Una fue acabar con el peor sistema imaginable: el gobierno informal de clanes criminales que, por si fuera poco, peleaban entre sí y se llevaban a todo el país por delante en esa pugna. Pero lo hizo a medias, porque evidentemente no purgó a todos los oligarcas sino solo a aquellos con los que no pudo llegar a un acuerdo.
La otra cosa que hizo bien Putin fue recuperar para Rusia el control de sus recursos naturales. Bueno, más que para Rusia, para su cuadrilla. Pero el saqueo descontrolado fue sustituido por un robo sistemático y ordenado con el plus de que al menos ahora los ingresos se quedan en el país (al menos, una parte: antes, ni eso).

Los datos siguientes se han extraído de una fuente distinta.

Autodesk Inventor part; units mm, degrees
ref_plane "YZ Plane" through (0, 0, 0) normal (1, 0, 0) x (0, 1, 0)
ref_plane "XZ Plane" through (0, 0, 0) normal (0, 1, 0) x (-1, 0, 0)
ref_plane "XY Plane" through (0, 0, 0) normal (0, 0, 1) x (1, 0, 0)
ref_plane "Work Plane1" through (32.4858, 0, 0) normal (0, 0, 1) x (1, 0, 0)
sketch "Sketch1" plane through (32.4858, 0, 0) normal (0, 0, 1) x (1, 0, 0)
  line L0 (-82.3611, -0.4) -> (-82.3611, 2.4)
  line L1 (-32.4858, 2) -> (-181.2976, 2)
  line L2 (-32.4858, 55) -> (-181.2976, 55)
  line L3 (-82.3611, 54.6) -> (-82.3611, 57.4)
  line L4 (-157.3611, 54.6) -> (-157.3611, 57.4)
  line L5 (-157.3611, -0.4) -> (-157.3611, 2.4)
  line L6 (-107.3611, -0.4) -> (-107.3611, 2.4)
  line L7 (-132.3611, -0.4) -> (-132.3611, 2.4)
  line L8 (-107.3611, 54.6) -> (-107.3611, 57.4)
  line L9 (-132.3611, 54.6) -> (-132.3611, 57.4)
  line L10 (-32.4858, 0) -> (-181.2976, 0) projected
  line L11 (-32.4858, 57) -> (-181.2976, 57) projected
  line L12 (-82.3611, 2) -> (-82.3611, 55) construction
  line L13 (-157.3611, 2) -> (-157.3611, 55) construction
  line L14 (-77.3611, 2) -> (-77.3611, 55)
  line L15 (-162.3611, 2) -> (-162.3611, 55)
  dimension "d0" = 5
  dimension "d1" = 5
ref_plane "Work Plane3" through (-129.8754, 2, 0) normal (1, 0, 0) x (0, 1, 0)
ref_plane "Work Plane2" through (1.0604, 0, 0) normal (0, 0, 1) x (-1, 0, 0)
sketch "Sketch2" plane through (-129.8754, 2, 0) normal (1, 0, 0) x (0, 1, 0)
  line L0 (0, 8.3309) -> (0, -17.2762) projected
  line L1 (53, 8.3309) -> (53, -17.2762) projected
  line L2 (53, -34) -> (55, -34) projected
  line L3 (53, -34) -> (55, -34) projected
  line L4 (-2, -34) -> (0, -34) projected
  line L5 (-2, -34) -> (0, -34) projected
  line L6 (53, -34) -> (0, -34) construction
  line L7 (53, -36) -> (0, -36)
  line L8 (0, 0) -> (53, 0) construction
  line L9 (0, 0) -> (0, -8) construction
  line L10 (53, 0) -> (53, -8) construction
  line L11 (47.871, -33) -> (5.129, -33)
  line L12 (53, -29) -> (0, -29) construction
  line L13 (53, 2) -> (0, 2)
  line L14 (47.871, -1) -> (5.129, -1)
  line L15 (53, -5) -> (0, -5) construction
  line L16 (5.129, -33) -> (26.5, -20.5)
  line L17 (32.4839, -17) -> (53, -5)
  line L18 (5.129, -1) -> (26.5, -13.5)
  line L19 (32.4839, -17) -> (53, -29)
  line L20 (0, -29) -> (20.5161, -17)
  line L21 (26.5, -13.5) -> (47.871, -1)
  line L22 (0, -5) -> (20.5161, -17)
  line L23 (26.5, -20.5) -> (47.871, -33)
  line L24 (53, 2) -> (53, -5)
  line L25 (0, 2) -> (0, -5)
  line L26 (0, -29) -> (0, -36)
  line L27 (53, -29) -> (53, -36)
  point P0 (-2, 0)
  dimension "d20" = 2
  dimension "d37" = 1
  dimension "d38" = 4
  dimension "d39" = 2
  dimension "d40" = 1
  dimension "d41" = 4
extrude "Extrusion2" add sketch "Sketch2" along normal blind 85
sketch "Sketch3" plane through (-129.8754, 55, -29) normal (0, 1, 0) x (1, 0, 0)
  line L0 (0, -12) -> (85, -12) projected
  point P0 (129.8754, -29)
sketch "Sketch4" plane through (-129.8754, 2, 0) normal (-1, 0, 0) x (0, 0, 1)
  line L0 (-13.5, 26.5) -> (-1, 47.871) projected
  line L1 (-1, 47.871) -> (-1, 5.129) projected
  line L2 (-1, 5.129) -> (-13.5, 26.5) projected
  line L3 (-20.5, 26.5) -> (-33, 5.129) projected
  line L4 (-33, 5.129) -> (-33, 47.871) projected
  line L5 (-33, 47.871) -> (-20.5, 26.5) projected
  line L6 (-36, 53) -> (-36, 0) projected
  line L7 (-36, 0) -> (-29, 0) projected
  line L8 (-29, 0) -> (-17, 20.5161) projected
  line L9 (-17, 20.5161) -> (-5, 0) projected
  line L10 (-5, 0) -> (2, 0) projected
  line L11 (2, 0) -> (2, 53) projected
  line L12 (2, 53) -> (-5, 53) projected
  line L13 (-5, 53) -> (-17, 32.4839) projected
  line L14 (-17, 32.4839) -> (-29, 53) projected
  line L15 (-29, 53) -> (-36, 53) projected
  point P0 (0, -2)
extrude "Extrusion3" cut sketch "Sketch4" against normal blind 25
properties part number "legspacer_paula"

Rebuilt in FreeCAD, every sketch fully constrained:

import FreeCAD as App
import Part
import Sketcher

V = App.Vector

doc = App.newDocument("Part")
params = doc.addObject("Spreadsheet::Sheet", "Params")
for row, (alias, value) in enumerate([
    ("sketch1_width", "53 mm"),
    ("pad1_length", "85 mm"),
    ("sketch2_width", "53 mm"),
    ("sketch2_height", "7 mm"),
    ("pocket1_length", "25 mm"),
], start=1):
    params.set(f"A{row}", alias)
    params.set(f"B{row}", "=" + value)
    params.setAlias(f"B{row}", alias)

body = doc.addObject("PartDesign::Body", "Body")

# Sketch on YZ plane
sketch1 = body.newObject("Sketcher::SketchObject", "Sketch")
sketch1.AttachmentSupport = (doc.getObject("YZ_Plane"), [""])
sketch1.MapMode = "FlatFace"
sketch1.AttachmentOffset = App.Placement(V(0, 0, -129.8754), App.Rotation())
sketch1.addGeometry([
    Part.LineSegment(V(55, 2, 0), V(2, 2, 0)),  # 0
    Part.LineSegment(V(2, 2, 0), V(2, -5, 0)),  # 1
    Part.LineSegment(V(2, -5, 0), V(23, -17, 0)),  # 2
    Part.LineSegment(V(23, -17, 0), V(2, -29, 0)),  # 3
    Part.LineSegment(V(2, -29, 0), V(2, -36, 0)),  # 4
    Part.LineSegment(V(2, -36, 0), V(55, -36, 0)),  # 5
    Part.LineSegment(V(55, -36, 0), V(55, -29, 0)),  # 6
    Part.LineSegment(V(55, -29, 0), V(34, -17, 0)),  # 7
    Part.LineSegment(V(34, -17, 0), V(55, -5, 0)),  # 8
    Part.LineSegment(V(55, -5, 0), V(55, 2, 0)),  # 9
    Part.LineSegment(V(28, -20, 0), V(50, -33, 0)),  # 10
    Part.LineSegment(V(50, -33, 0), V(7, -33, 0)),  # 11
    Part.LineSegment(V(7, -33, 0), V(28, -20, 0)),  # 12
    Part.LineSegment(V(7, -1, 0), V(50, -1, 0)),  # 13
    Part.LineSegment(V(50, -1, 0), V(28, -14, 0)),  # 14
    Part.LineSegment(V(28, -14, 0), V(7, -1, 0)),  # 15
], False)
sketch1.addConstraint([
    Sketcher.Constraint("Coincident", 0, 2, 1, 1),
    Sketcher.Constraint("Coincident", 1, 2, 2, 1),
    Sketcher.Constraint("Coincident", 2, 2, 3, 1),
    Sketcher.Constraint("Coincident", 3, 2, 4, 1),
    Sketcher.Constraint("Coincident", 4, 2, 5, 1),
    Sketcher.Constraint("Coincident", 5, 2, 6, 1),
    Sketcher.Constraint("Coincident", 6, 2, 7, 1),
    Sketcher.Constraint("Coincident", 7, 2, 8, 1),
    Sketcher.Constraint("Coincident", 8, 2, 9, 1),
    Sketcher.Constraint("Coincident", 9, 2, 0, 1),
    Sketcher.Constraint("Coincident", 10, 2, 11, 1),
    Sketcher.Constraint("Coincident", 11, 2, 12, 1),
    Sketcher.Constraint("Coincident", 12, 2, 10, 1),
    Sketcher.Constraint("Coincident", 13, 2, 14, 1),
    Sketcher.Constraint("Coincident", 14, 2, 15, 1),
    Sketcher.Constraint("Coincident", 15, 2, 13, 1),
    Sketcher.Constraint("Horizontal", 0),
    Sketcher.Constraint("Vertical", 1),
    Sketcher.Constraint("Vertical", 4),
    Sketcher.Constraint("Horizontal", 5),
    Sketcher.Constraint("Vertical", 6),
    Sketcher.Constraint("Vertical", 9),
    Sketcher.Constraint("Horizontal", 11),
    Sketcher.Constraint("Horizontal", 13),
    Sketcher.Constraint("Parallel", 2, 7),
    Sketcher.Constraint("Parallel", 3, 8),
    Sketcher.Constraint("Parallel", 7, 10),
    Sketcher.Constraint("Parallel", 8, 12),
    Sketcher.Constraint("Parallel", 12, 14),
    Sketcher.Constraint("Parallel", 10, 15),
    Sketcher.Constraint("Horizontal", 3, 2, 6, 2),
    Sketcher.Constraint("Horizontal", 2, 2, 7, 2),
    Sketcher.Constraint("Horizontal", 1, 2, 8, 2),
    Sketcher.Constraint("Vertical", 1, 2, 3, 2),
    Sketcher.Constraint("Vertical", 6, 2, 8, 2),
    Sketcher.Constraint("Vertical", 10, 2, 13, 2),
    Sketcher.Constraint("Vertical", 12, 2, 14, 2),
    Sketcher.Constraint("Equal", 1, 4),
    Sketcher.Constraint("DistanceX", -1, 1, 0, 2, 2.0),
    Sketcher.Constraint("DistanceY", -1, 1, 0, 2, 2.0),
    Sketcher.Constraint("DistanceY", 13, 2, -1, 1, 1.0),
    Sketcher.Constraint("DistanceY", 10, 2, 6, 2, 4.0),
    Sketcher.Constraint("DistanceY", 8, 2, 13, 2, 4.0),
    Sketcher.Constraint("DistanceX", 0, 2, 0, 1, 53.0),
    Sketcher.Constraint("DistanceY", 2, 2, -1, 1, 17.0),
    Sketcher.Constraint("DistanceY", 12, 2, 14, 2, 7.0),
    Sketcher.Constraint("DistanceX", -1, 1, 12, 2, 28.5),
    Sketcher.Constraint("DistanceX", 11, 2, 11, 1, 42.742),
])
sketch1.setExpression("Constraints[43]", "Params.sketch1_width")
pad1 = body.newObject("PartDesign::Pad", "Pad")
pad1.Profile = sketch1
pad1.setExpression("Length", "Params.pad1_length")

# Sketch on YZ plane
sketch2 = body.newObject("Sketcher::SketchObject", "Sketch001")
sketch2.AttachmentSupport = (doc.getObject("YZ_Plane"), [""])
sketch2.MapMode = "FlatFace"
sketch2.AttachmentOffset = App.Placement(V(0, 0, -129.8754), App.Rotation())
sketch2.addGeometry([
    Part.LineSegment(V(55, -29, 0), V(55, -36, 0)),  # 0
    Part.LineSegment(V(55, -36, 0), V(2, -36, 0)),  # 1
    Part.LineSegment(V(2, -36, 0), V(2, -29, 0)),  # 2
    Part.LineSegment(V(2, -29, 0), V(23, -17, 0)),  # 3
    Part.LineSegment(V(23, -17, 0), V(2, -5, 0)),  # 4
    Part.LineSegment(V(2, -5, 0), V(2, 2, 0)),  # 5
    Part.LineSegment(V(2, 2, 0), V(55, 2, 0)),  # 6
    Part.LineSegment(V(55, 2, 0), V(55, -5, 0)),  # 7
    Part.LineSegment(V(55, -5, 0), V(34, -17, 0)),  # 8
    Part.LineSegment(V(34, -17, 0), V(55, -29, 0)),  # 9
    Part.LineSegment(V(50, -33, 0), V(28, -20, 0)),  # 10
    Part.LineSegment(V(28, -20, 0), V(7, -33, 0)),  # 11
    Part.LineSegment(V(7, -33, 0), V(50, -33, 0)),  # 12
    Part.LineSegment(V(7, -1, 0), V(28, -14, 0)),  # 13
    Part.LineSegment(V(28, -14, 0), V(50, -1, 0)),  # 14
    Part.LineSegment(V(50, -1, 0), V(7, -1, 0)),  # 15
], False)
sketch2.addConstraint([
    Sketcher.Constraint("Coincident", 0, 2, 1, 1),
    Sketcher.Constraint("Coincident", 1, 2, 2, 1),
    Sketcher.Constraint("Coincident", 2, 2, 3, 1),
    Sketcher.Constraint("Coincident", 3, 2, 4, 1),
    Sketcher.Constraint("Coincident", 4, 2, 5, 1),
    Sketcher.Constraint("Coincident", 5, 2, 6, 1),
    Sketcher.Constraint("Coincident", 6, 2, 7, 1),
    Sketcher.Constraint("Coincident", 7, 2, 8, 1),
    Sketcher.Constraint("Coincident", 8, 2, 9, 1),
    Sketcher.Constraint("Coincident", 9, 2, 0, 1),
    Sketcher.Constraint("Coincident", 10, 2, 11, 1),
    Sketcher.Constraint("Coincident", 11, 2, 12, 1),
    Sketcher.Constraint("Coincident", 12, 2, 10, 1),
    Sketcher.Constraint("Coincident", 13, 2, 14, 1),
    Sketcher.Constraint("Coincident", 14, 2, 15, 1),
    Sketcher.Constraint("Coincident", 15, 2, 13, 1),
    Sketcher.Constraint("Vertical", 0),
    Sketcher.Constraint("Horizontal", 1),
    Sketcher.Constraint("Vertical", 2),
    Sketcher.Constraint("Vertical", 5),
    Sketcher.Constraint("Horizontal", 6),
    Sketcher.Constraint("Vertical", 7),
    Sketcher.Constraint("Horizontal", 12),
    Sketcher.Constraint("Horizontal", 15),
    Sketcher.Constraint("Parallel", 3, 8),
    Sketcher.Constraint("Parallel", 4, 9),
    Sketcher.Constraint("Parallel", 9, 10),
    Sketcher.Constraint("Parallel", 8, 11),
    Sketcher.Constraint("Parallel", 10, 13),
    Sketcher.Constraint("Parallel", 11, 14),
    Sketcher.Constraint("Horizontal", 4, 2, 7, 2),
    Sketcher.Constraint("Horizontal", 3, 2, 8, 2),
    Sketcher.Constraint("Horizontal", 2, 2, 9, 2),
    Sketcher.Constraint("Vertical", 2, 2, 4, 2),
    Sketcher.Constraint("Vertical", 0, 2, 6, 2),
    Sketcher.Constraint("Vertical", 10, 2, 13, 2),
    Sketcher.Constraint("Vertical", 12, 2, 14, 2),
    Sketcher.Constraint("Equal", 2, 5),
    Sketcher.Constraint("DistanceX", 1, 2, 1, 1, 53.0),
    Sketcher.Constraint("DistanceY", 0, 2, 0, 1, 7.0),
    Sketcher.Constraint("DistanceX", -1, 1, 0, 2, 55.0),
    Sketcher.Constraint("DistanceY", 0, 2, -1, 1, 36.0),
    Sketcher.Constraint("DistanceY", 3, 2, -1, 1, 17.0),
    Sketcher.Constraint("DistanceY", 11, 2, -1, 1, 33.0),
    Sketcher.Constraint("DistanceY", 14, 2, -1, 1, 1.0),
    Sketcher.Constraint("DistanceY", 10, 2, 13, 2, 7.0),
    Sketcher.Constraint("DistanceX", -1, 1, 10, 2, 28.5),
    Sketcher.Constraint("DistanceX", 12, 1, 12, 2, 42.742),
])
sketch2.setExpression("Constraints[38]", "Params.sketch2_width")
sketch2.setExpression("Constraints[39]", "Params.sketch2_height")
pocket1 = body.newObject("PartDesign::Pocket", "Pocket")
pocket1.Profile = sketch2
pocket1.setExpression("Length", "Params.pocket1_length")
pocket1.Reversed = True

doc.recompute()
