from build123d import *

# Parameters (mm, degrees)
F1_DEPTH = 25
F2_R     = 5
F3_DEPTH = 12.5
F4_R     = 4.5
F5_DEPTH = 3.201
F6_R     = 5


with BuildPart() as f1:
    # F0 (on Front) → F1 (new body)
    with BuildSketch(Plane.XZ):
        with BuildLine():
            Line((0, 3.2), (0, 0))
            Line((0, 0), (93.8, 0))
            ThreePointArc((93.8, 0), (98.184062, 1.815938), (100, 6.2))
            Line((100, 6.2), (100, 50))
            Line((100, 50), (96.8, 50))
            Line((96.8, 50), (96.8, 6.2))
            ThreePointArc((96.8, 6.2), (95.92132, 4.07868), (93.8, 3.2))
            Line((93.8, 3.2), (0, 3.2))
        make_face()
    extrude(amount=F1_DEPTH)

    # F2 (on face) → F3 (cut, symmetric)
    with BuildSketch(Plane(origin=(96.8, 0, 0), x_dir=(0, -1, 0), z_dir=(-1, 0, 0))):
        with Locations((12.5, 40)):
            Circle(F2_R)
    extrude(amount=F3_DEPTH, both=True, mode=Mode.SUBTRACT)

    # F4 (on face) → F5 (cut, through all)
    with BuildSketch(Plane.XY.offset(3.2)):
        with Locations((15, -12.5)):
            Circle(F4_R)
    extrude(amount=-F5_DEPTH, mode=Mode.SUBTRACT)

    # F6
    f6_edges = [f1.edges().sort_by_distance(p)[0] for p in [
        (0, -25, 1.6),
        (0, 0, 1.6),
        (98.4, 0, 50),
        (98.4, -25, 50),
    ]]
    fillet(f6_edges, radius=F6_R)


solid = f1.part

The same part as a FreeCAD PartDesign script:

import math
import FreeCAD as App
import Part
import Sketcher

V = App.Vector
Q = App.Units.Quantity


def edges_at(feature, points):
    """Names of the edges that pass closest to the given points."""
    edges = feature.Shape.Edges
    near = lambda p: min(range(len(edges)), key=lambda i: edges[i].distToShape(Part.Vertex(*p))[0])
    return sorted({f"Edge{near(p) + 1}" for p in points})

doc = App.newDocument("Part")
params = doc.addObject("Spreadsheet::Sheet", "Params")
for row, (alias, value) in enumerate([
    ("sketch1_radius", "3.000001 mm"),
    ("sketch1_radius2", "6.2 mm"),
    ("sketch1_width", "93.8 mm"),
    ("sketch1_height", "43.8 mm"),
    ("pad1_length", "25 mm"),
    ("sketch2_diameter", "10 mm"),
    ("pocket1_length", "25 mm"),
    ("sketch3_diameter", "9 mm"),
    ("fillet_radius", "5 mm"),
], start=1):
    params.set(f"A{row}", alias)
    params.set(f"B{row}", "=" + value)
    params.setAlias(f"B{row}", alias)

body = doc.addObject("PartDesign::Body", "Body")

sketch1 = body.newObject("Sketcher::SketchObject", "Sketch")
sketch1.AttachmentSupport = (doc.getObject("XZ_Plane"), [""])
sketch1.MapMode = "FlatFace"
sketch1.addGeometry(Part.LineSegment(V(0, 3.2, 0), V(0, 0, 0)), False)
sketch1.addGeometry(Part.LineSegment(V(0, 0, 0), V(93.8, 0, 0)), False)
sketch1.addGeometry(Part.ArcOfCircle(Part.Circle(V(93.8, 6.2, 0), V(0, 0, 1), 6.2), math.radians(-90), math.radians(0)), False)
sketch1.addGeometry(Part.LineSegment(V(100, 6.2, 0), V(100, 50, 0)), False)
sketch1.addGeometry(Part.LineSegment(V(100, 50, 0), V(96.8, 50, 0)), False)
sketch1.addGeometry(Part.LineSegment(V(96.8, 50, 0), V(96.8, 6.2, 0)), False)
sketch1.addGeometry(Part.ArcOfCircle(Part.Circle(V(93.8, 6.2, 0), V(0, 0, 1), 3), math.radians(-90), math.radians(0)), False)
sketch1.addGeometry(Part.LineSegment(V(93.8, 3.2, 0), V(0, 3.2, 0)), False)
sketch1.addConstraint(Sketcher.Constraint("Coincident", 0, 2, 1, 1))
sketch1.addConstraint(Sketcher.Constraint("Tangent", 1, 2, 2, 1))
sketch1.addConstraint(Sketcher.Constraint("Tangent", 2, 2, 3, 1))
sketch1.addConstraint(Sketcher.Constraint("Coincident", 3, 2, 4, 1))
sketch1.addConstraint(Sketcher.Constraint("Coincident", 4, 2, 5, 1))
sketch1.addConstraint(Sketcher.Constraint("Tangent", 5, 2, 6, 2))
sketch1.addConstraint(Sketcher.Constraint("Tangent", 6, 1, 7, 1))
sketch1.addConstraint(Sketcher.Constraint("Coincident", 7, 2, 0, 1))
sketch1.addConstraint(Sketcher.Constraint("Vertical", 0))
sketch1.addConstraint(Sketcher.Constraint("Horizontal", 1))
sketch1.addConstraint(Sketcher.Constraint("Vertical", 3))
sketch1.addConstraint(Sketcher.Constraint("Horizontal", 4))
sketch1.addConstraint(Sketcher.Constraint("Vertical", 5))
sketch1.addConstraint(Sketcher.Constraint("Horizontal", 7))
sketch1.addConstraint(Sketcher.Constraint("Coincident", 0, 2, -1, 1))
sketch1.addConstraint(Sketcher.Constraint("Coincident", 6, 3, 2, 3))
sketch1.addConstraint(Sketcher.Constraint("Radius", 6, Q("3.000001 mm")))
sketch1.addConstraint(Sketcher.Constraint("Radius", 2, Q("6.2 mm")))
sketch1.addConstraint(Sketcher.Constraint("DistanceX", 1, 1, 1, 2, Q("93.8 mm")))
sketch1.addConstraint(Sketcher.Constraint("DistanceY", 3, 1, 3, 2, Q("43.8 mm")))
sketch1.setExpression("Constraints[16]", "Params.sketch1_radius")
sketch1.setExpression("Constraints[17]", "Params.sketch1_radius2")
sketch1.setExpression("Constraints[18]", "Params.sketch1_width")
sketch1.setExpression("Constraints[19]", "Params.sketch1_height")
pad1 = body.newObject("PartDesign::Pad", "Pad")
pad1.Profile = sketch1
pad1.setExpression("Length", "Params.pad1_length")

sketch2 = body.newObject("Sketcher::SketchObject", "Sketch001")
sketch2.AttachmentSupport = (doc.getObject("YZ_Plane"), [""])
sketch2.MapMode = "FlatFace"
sketch2.AttachmentOffset = App.Placement(V(0, 0, 96.8), App.Rotation())
sketch2.addGeometry(Part.Circle(V(-12, 40, 0), V(0, 0, 1), 5), False)
sketch2.addConstraint(Sketcher.Constraint("Diameter", 0, Q("10 mm")))
sketch2.addConstraint(Sketcher.Constraint("DistanceY", -1, 1, 0, 3, Q("40 mm")))
sketch2.addConstraint(Sketcher.Constraint("DistanceX", 0, 3, -1, 1, Q("12.5 mm")))
sketch2.setExpression("Constraints[0]", "Params.sketch2_diameter")
pocket1 = body.newObject("PartDesign::Pocket", "Pocket")
pocket1.Profile = sketch2
pocket1.setExpression("Length", "Params.pocket1_length")
pocket1.Midplane = True

sketch3 = body.newObject("Sketcher::SketchObject", "Sketch002")
sketch3.AttachmentSupport = (doc.getObject("XY_Plane"), [""])
sketch3.MapMode = "FlatFace"
sketch3.AttachmentOffset = App.Placement(V(0, 0, 3.2), App.Rotation())
sketch3.addGeometry(Part.Circle(V(15, -12.5, 0), V(0, 0, 1), 4.5), False)
sketch3.addConstraint(Sketcher.Constraint("Diameter", 0, Q("9 mm")))
sketch3.addConstraint(Sketcher.Constraint("DistanceX", -1, 1, 0, 3, Q("15 mm")))
sketch3.addConstraint(Sketcher.Constraint("DistanceY", 0, 3, -1, 1, Q("12.5 mm")))
sketch3.setExpression("Constraints[0]", "Params.sketch3_diameter")
pocket2 = body.newObject("PartDesign::Pocket", "Pocket001")
pocket2.Profile = sketch3
pocket2.Type = "ThroughAll"
doc.recompute()

fillet = body.newObject("PartDesign::Fillet", "Fillet")
fillet.Base = (pocket2, edges_at(pocket2, [
    (0, -25, 1.6),
    (0, 0, 1.6),
    (98.4, 0, 50),
    (98.4, -25, 50),
]))
fillet.setExpression("Radius", "Params.fillet_radius")

doc.recompute()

Mal pero mejor. Lo que es peor es que el país no ha aprovechado todos estos años de bonanza para recuperar su industria, que es la gran fuente de soberanía nacional y de resistencia frente a los ciclos del capitalismo. El modelo ruso ha tendido mucho más al saudí que a ningún otro.
Hasta ahora el dinero llegaba de sobra para mantener contenta a una parte crítica de la población y comprar la lealtad del establishment. Ahora que se acercan tiempos difíciles, ya veremos. De momento, en todo caso, el Occidente está prestando una ayuda inestimable a Putin: el pueblo ruso recuerda desde los años 90 que democracia es miseria, criminalidad y caos, y ante las amenazas de imponer la democratización a golpe de sanciones se aferra a cualquier cosa que Putin le ofrece (nacionalismo, homofobia, religión, militarismo, etc.). Y así el régimen puede ir tirando un buen rato más.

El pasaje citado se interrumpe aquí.